Oxshott War
Memorials - WWII - Major Julian Frederic Doelberg
Royal Engineers

His grand-daughter Raine Bryant writes: Julian Frederic Doelberg born on 16th November 1901 and registered in the Lewisham District, Kent. He was the son of an English lady and a German. His father became a naturalised Briton in 1906.
His Service Number was 18318. Army records show his passing of the Associate Membership Examination of the Institution of Electrical Engineers in 1922. Serving in the Royal Engineers he was stationed in Singapore in 1934 to build the Changi barracks - which became the notorious Japanese prison camp in WW2.
After recall to the UK in 1936 due to the war threat he moved his wife Leslie, and daughter Anne to 12 Clockhouse Mead, Oxshott. Anne attended Bevendeen School.
He went on holiday to Germany with his wife during which he visited German relatives and spied on German military installations. It is understood that this spying was at his own initiative and proved to be of great help to the Allied cause.
Julian Frederic Doelberg
source: Raine BryantOn the setting up of the Royal Electrical and Mechanical Engineers he transferred to this unit and was eventually posted to Crete with a reduction in rank to captain for a special mission. This is understood to be the demolition of bridges and other installations to delay the advance of the German forces during the Allied evacuation.
During this evacuation he was killed on 29th April 1941 by the Axis strafing of a boat in which he was repairing the engine in order that more Allied servicemen could leave. His grave is in the Phaleron War Cemetery between Piraeus and Athens airport.

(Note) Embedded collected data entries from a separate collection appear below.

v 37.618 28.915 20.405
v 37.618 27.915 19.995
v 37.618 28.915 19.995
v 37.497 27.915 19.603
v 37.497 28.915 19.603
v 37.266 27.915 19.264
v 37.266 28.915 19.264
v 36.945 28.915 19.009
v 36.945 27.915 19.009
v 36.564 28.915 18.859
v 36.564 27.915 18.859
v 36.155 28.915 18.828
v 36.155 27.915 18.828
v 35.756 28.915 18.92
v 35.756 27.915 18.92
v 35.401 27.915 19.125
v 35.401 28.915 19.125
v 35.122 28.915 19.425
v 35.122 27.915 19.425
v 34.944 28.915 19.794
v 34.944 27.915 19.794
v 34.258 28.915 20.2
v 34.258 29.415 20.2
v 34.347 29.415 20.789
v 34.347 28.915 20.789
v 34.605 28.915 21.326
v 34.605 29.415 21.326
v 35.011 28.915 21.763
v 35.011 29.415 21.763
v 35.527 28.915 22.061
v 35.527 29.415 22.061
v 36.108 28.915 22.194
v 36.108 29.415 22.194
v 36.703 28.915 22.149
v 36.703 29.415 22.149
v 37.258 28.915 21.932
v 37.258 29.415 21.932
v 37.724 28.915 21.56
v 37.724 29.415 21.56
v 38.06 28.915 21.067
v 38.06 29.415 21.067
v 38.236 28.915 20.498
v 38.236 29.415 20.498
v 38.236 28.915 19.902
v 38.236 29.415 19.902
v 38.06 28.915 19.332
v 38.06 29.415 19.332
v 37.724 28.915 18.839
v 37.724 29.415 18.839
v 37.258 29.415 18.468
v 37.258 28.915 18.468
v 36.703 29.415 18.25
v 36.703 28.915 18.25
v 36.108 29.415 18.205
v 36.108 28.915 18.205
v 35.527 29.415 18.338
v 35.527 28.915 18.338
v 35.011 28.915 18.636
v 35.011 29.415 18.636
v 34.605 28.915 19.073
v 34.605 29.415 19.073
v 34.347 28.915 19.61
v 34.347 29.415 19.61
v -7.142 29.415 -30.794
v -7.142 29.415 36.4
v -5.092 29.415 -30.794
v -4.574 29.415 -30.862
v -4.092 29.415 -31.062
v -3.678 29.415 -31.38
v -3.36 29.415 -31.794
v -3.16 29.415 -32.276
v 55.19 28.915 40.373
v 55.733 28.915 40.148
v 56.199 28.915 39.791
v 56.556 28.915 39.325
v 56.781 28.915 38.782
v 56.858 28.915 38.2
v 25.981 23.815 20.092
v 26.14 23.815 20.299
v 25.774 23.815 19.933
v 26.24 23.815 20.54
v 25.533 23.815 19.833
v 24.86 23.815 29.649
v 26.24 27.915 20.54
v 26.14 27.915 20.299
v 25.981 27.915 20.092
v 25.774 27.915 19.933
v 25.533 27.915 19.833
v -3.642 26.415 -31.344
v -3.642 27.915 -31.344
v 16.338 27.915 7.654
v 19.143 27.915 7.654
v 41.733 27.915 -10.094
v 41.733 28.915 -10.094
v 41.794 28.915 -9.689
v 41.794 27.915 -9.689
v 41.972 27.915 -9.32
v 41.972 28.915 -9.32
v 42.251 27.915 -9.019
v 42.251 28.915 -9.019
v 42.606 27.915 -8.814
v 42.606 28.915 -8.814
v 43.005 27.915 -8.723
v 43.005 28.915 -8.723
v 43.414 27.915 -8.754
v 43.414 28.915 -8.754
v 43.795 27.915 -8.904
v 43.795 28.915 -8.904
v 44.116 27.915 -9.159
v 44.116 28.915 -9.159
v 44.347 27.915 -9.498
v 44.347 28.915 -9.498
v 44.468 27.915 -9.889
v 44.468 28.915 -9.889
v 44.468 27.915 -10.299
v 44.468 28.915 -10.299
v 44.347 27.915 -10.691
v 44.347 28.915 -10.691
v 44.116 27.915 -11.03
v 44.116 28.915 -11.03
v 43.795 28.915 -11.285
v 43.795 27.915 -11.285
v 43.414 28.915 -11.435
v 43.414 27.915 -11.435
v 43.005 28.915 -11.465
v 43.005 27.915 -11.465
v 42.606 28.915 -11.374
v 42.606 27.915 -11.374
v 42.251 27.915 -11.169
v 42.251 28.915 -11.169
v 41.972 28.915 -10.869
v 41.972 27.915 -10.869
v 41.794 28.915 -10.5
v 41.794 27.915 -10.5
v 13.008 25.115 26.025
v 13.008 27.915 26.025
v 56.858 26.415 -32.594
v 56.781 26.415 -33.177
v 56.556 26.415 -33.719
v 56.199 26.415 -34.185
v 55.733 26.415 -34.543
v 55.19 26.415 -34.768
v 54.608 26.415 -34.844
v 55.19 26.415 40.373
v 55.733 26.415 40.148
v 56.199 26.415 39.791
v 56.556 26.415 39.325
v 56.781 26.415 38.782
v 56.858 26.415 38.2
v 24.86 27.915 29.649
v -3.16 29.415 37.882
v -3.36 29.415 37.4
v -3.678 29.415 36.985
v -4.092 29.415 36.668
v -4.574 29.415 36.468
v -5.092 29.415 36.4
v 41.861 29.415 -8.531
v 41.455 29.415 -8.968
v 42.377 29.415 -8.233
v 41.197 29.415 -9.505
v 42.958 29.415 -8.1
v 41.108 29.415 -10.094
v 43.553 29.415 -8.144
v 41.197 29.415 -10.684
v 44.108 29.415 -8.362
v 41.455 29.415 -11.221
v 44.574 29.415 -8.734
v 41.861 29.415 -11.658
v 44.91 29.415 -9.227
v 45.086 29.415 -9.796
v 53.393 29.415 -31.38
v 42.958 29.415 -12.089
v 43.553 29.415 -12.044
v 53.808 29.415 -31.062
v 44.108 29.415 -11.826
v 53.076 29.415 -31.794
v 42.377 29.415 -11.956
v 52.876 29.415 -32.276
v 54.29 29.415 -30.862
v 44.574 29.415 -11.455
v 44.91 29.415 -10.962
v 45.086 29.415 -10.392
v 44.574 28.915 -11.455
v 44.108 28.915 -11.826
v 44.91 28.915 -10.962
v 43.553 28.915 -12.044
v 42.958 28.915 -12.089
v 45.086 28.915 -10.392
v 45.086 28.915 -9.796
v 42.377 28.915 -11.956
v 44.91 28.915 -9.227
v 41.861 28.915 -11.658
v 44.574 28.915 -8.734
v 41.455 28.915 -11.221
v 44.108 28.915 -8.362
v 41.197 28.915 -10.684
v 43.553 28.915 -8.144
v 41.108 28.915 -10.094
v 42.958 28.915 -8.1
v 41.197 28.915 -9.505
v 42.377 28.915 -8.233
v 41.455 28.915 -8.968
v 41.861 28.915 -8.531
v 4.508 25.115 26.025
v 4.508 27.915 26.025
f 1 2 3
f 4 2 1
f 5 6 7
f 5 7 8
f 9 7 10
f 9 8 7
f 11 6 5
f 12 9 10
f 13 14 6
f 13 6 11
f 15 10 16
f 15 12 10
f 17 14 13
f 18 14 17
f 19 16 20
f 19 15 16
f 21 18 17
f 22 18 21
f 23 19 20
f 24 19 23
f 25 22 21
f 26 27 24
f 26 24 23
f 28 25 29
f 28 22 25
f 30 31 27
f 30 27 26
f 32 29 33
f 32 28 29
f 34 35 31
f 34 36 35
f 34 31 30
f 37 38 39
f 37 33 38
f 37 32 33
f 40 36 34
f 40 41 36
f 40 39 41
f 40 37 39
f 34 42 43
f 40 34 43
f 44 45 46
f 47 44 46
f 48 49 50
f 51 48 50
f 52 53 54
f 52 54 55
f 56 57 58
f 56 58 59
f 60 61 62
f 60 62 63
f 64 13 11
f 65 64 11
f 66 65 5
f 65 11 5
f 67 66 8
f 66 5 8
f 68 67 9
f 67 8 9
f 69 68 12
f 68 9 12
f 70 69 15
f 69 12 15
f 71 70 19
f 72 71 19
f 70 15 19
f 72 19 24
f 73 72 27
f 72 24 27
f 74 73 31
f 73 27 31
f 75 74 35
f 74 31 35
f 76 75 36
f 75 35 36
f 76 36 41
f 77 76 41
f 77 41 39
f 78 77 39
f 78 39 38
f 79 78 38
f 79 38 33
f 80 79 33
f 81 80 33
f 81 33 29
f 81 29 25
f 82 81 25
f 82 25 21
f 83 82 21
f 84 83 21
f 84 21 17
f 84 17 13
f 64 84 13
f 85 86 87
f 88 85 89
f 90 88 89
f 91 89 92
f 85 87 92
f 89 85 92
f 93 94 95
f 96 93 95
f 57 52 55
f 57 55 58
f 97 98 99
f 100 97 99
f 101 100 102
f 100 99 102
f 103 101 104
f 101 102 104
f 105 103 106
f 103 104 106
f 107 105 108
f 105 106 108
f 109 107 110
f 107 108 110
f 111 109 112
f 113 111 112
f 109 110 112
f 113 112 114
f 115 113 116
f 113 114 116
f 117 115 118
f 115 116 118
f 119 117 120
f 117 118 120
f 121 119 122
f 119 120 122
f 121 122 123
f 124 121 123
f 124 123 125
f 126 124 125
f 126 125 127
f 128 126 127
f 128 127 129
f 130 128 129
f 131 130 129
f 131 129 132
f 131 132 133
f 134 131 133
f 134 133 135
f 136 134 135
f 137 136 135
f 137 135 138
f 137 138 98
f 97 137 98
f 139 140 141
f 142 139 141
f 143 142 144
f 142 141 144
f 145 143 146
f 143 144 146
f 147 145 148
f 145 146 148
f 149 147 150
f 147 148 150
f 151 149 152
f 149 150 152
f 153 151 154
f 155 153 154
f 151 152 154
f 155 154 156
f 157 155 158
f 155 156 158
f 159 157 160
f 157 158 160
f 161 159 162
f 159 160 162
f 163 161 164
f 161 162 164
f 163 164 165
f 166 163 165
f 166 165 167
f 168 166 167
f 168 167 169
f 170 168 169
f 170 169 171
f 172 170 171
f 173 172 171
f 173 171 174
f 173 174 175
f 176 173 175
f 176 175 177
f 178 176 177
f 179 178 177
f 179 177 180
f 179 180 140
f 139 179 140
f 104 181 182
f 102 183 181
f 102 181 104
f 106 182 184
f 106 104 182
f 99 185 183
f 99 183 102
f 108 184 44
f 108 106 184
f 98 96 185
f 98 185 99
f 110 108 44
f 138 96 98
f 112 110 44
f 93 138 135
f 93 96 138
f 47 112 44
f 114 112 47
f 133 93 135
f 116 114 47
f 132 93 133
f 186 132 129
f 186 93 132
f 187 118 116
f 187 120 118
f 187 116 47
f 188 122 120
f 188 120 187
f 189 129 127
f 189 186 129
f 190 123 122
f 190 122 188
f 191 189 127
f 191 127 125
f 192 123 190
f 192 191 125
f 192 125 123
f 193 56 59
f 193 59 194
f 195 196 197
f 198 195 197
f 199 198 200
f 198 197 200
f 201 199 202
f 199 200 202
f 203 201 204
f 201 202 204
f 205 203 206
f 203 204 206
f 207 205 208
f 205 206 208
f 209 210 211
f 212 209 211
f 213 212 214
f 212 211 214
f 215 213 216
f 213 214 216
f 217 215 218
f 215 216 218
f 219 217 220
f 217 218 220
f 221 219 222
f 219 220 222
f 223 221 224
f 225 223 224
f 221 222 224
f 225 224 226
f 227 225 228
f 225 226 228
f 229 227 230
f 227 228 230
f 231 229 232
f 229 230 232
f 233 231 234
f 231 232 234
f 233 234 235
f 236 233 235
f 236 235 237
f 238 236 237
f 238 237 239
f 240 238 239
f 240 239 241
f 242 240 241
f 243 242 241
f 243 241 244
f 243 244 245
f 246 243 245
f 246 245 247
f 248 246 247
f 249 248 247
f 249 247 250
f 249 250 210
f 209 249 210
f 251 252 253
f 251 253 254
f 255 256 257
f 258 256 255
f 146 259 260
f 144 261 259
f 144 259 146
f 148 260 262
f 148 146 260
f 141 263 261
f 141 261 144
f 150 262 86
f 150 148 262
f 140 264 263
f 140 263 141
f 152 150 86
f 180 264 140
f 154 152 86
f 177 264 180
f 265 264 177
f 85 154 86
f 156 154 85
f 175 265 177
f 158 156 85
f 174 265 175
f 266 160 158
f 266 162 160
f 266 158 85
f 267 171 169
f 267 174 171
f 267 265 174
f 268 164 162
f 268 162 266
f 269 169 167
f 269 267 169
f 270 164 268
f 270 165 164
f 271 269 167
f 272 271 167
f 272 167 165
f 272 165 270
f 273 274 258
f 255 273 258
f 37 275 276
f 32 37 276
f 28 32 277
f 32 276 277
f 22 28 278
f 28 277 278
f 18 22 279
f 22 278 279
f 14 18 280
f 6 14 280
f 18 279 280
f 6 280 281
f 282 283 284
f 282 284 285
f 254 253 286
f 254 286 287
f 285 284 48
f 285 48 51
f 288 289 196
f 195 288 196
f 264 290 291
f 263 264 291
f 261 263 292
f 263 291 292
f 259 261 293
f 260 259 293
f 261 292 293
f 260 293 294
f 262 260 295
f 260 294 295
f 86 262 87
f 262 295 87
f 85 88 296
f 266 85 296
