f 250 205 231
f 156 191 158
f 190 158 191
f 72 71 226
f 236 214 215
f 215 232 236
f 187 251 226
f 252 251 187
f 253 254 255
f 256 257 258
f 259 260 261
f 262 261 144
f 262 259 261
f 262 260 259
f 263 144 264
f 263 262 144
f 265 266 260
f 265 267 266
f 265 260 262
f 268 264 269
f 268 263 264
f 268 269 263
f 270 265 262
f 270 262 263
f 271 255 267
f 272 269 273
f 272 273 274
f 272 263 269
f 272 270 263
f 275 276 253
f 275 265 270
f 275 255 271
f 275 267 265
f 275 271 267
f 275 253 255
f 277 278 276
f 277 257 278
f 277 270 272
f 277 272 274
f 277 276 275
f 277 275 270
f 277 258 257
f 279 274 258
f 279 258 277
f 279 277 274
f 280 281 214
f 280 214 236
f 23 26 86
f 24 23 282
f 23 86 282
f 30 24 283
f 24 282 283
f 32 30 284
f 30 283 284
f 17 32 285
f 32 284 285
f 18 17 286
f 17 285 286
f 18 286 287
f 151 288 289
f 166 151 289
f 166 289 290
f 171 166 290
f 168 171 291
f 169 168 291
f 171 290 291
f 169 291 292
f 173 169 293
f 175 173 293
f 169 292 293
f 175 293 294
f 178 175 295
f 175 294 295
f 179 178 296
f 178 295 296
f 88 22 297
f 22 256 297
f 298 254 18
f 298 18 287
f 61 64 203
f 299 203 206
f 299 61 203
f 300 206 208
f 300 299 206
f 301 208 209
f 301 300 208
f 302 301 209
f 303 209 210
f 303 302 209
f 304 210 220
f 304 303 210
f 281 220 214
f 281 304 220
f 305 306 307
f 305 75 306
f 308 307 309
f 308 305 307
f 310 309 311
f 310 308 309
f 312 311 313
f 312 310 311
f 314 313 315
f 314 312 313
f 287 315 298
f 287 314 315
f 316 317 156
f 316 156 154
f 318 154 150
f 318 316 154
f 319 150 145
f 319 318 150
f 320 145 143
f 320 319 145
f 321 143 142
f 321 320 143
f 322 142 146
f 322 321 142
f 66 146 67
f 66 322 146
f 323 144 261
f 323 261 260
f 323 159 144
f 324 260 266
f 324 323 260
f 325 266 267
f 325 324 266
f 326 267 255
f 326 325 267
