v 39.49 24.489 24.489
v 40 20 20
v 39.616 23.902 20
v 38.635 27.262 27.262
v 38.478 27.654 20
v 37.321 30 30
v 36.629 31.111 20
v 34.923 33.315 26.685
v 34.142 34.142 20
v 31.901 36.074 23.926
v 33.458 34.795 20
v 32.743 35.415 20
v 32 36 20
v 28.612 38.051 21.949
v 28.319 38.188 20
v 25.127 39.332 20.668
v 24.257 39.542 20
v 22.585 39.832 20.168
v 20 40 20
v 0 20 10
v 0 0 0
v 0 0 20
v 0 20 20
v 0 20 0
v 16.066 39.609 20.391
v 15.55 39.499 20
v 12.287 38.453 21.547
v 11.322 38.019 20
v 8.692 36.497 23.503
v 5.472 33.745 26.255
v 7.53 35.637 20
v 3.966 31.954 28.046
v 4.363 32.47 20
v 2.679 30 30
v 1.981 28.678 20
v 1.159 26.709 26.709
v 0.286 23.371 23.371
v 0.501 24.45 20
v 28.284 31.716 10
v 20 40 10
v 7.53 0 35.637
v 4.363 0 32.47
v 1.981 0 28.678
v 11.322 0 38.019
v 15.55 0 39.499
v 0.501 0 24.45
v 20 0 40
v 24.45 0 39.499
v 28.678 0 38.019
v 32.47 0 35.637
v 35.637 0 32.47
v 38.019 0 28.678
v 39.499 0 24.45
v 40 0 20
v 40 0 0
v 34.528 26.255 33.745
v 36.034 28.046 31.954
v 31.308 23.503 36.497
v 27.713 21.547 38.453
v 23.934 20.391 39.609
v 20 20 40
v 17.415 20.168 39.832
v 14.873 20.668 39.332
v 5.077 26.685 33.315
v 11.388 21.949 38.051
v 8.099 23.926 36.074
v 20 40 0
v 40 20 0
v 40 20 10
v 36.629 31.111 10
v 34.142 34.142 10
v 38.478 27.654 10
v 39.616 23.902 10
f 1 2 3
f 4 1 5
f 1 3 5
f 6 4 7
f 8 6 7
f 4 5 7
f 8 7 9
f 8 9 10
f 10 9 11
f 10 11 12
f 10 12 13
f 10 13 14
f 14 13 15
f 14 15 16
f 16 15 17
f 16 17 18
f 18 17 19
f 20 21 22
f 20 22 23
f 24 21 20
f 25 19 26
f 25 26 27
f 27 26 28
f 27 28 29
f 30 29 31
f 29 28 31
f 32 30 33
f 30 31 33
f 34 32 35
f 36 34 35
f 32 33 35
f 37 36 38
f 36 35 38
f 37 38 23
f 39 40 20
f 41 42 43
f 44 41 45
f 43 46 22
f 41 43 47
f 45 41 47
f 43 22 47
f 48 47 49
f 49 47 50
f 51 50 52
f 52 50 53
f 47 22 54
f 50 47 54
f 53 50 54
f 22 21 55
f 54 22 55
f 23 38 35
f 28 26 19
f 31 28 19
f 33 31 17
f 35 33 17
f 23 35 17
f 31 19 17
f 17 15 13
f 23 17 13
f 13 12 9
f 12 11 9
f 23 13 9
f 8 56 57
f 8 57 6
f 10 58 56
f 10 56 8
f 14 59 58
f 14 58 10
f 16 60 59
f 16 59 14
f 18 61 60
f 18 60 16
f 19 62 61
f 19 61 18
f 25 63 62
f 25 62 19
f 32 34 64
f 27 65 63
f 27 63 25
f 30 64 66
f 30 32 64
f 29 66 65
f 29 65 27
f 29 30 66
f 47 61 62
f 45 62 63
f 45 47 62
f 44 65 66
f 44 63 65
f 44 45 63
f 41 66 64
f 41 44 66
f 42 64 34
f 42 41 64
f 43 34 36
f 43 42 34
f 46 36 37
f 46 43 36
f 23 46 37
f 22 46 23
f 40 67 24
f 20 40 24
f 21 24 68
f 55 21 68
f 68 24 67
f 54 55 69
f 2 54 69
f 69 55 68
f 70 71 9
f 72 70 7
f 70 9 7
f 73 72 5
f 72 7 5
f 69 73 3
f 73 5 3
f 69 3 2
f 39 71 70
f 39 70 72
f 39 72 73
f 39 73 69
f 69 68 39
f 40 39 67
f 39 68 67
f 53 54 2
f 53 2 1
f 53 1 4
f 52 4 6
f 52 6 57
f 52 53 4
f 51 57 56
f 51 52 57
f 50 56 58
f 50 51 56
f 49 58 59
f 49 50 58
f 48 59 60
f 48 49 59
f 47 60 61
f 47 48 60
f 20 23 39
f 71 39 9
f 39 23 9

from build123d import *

# Parameters (mm, degrees)
SKETCH1_W           = 40
SKETCH1_H           = 20
BOSS_EXTRUDE1_DEPTH = 40
CUT_EXTRUDE1_DEPTH  = 40
CUT_EXTRUDE2_DEPTH  = 40
CUT_EXTRUDE3_DEPTH  = 10
CUT_EXTRUDE4_DEPTH  = 10
BOSS_EXTRUDE2_DEPTH = 10


with BuildPart() as part:
    # Sketch1 → Boss-Extrude1 (new body)
    with BuildSketch(Plane.XY):
        with BuildLine():
            Line((0, 20), (40, 20))
            ThreePointArc((40, 20), (20, 40), (0, 20))
        make_face()
        with Locations((20, 10)):
            Rectangle(SKETCH1_W, SKETCH1_H)
    extrude(amount=BOSS_EXTRUDE1_DEPTH)

    # Sketch2 → Cut-Extrude1 (cut)
    with BuildSketch(Plane(origin=(0, 0, 0), x_dir=(1, 0, 0), z_dir=(0, 1, 0))):
        with BuildLine():
            Line((0, -20), (0, -40))
            Line((0, -40), (20, -40))
            ThreePointArc((20, -40), (5.857864, -34.142136), (0, -20))
        make_face()
        with BuildLine():
            ThreePointArc((40, -20), (34.142136, -34.142136), (20, -40))
            Line((20, -40), (40, -40))
            Line((40, -40), (40, -20))
        make_face()
    extrude(amount=CUT_EXTRUDE1_DEPTH, mode=Mode.SUBTRACT)

    # Sketch3 → Cut-Extrude2 (cut)
    with BuildSketch(Plane(origin=(0, 0, 0), x_dir=(0, 0, -1), z_dir=(1, 0, 0))):
        Polygon((-40, 20), (-20, 40), (-40, 40), align=None)
    extrude(amount=CUT_EXTRUDE2_DEPTH, mode=Mode.SUBTRACT)

    # Sketch4 → Cut-Extrude3 (cut)
    with BuildSketch(Plane(origin=(0, 0, 0), x_dir=(-1, 0, 0), z_dir=(0, 0, -1))):
        with BuildLine():
            Line((-40, 20), (-20, 40))
            ThreePointArc((-20, 40), (-34.142136, 34.142136), (-40, 20))
        make_face()
        with BuildLine():
            ThreePointArc((0, 20), (-5.857864, 34.142136), (-20, 40))
            Line((-20, 40), (0, 20))
        make_face()
    extrude(amount=-CUT_EXTRUDE3_DEPTH, mode=Mode.SUBTRACT)

    # Sketch5 → Cut-Extrude4 (cut)
    with BuildSketch(Plane.XY.offset(10)):
        Polygon((40, 20), (40, 40), (0, 20), align=None)
        with BuildLine():
            ThreePointArc((32, 36), (11.055728, 37.888544), (0, 20))
            Line((0, 20), (32, 36))
        make_face()
    extrude(amount=CUT_EXTRUDE4_DEPTH, mode=Mode.SUBTRACT)

    # Sketch7 → Boss-Extrude2 (add)
    with BuildSketch(Plane(origin=(0, 0, 20), x_dir=(-1, 0, 0), z_dir=(0, 0, -1))):
        with BuildLine():
            Line((0, 20), (-34.142136, 34.142136))
            ThreePointArc((-34.142136, 34.142136), (-38.477591, 27.653669), (-40, 20))
            Line((-40, 20), (0, 20))
        make_face()
    extrude(amount=BOSS_EXTRUDE2_DEPTH)


solid = part.part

He invented a silent loo flush and bullet-proof tyre, and tried to work out a way to save lives in a submarine tipped up and stuck in the mud off the English coast. (This is most likely the HMS Thetis in June 1939, as my mother remembers him with models and air pipes in the bath, trying to find a way to rescue it, without luck. She would have been aged 7). Some of his college exercise books and instruments are now owned by the British Science Museum.
Anne married and also lived in Clockhouse Mead in the last house on the left. Her two children also went to Bevendeen. Anne died 2008 in Cobham.
His name was spelt wrongly on the War Memorial on the Heath, but I managed to get a stonemason to change it in 2007, just before my mother died, as it had upset her and her mother ever since it was erected. I wonder if there is any way of preserving the stone as the whole memorial is getting very weathered now.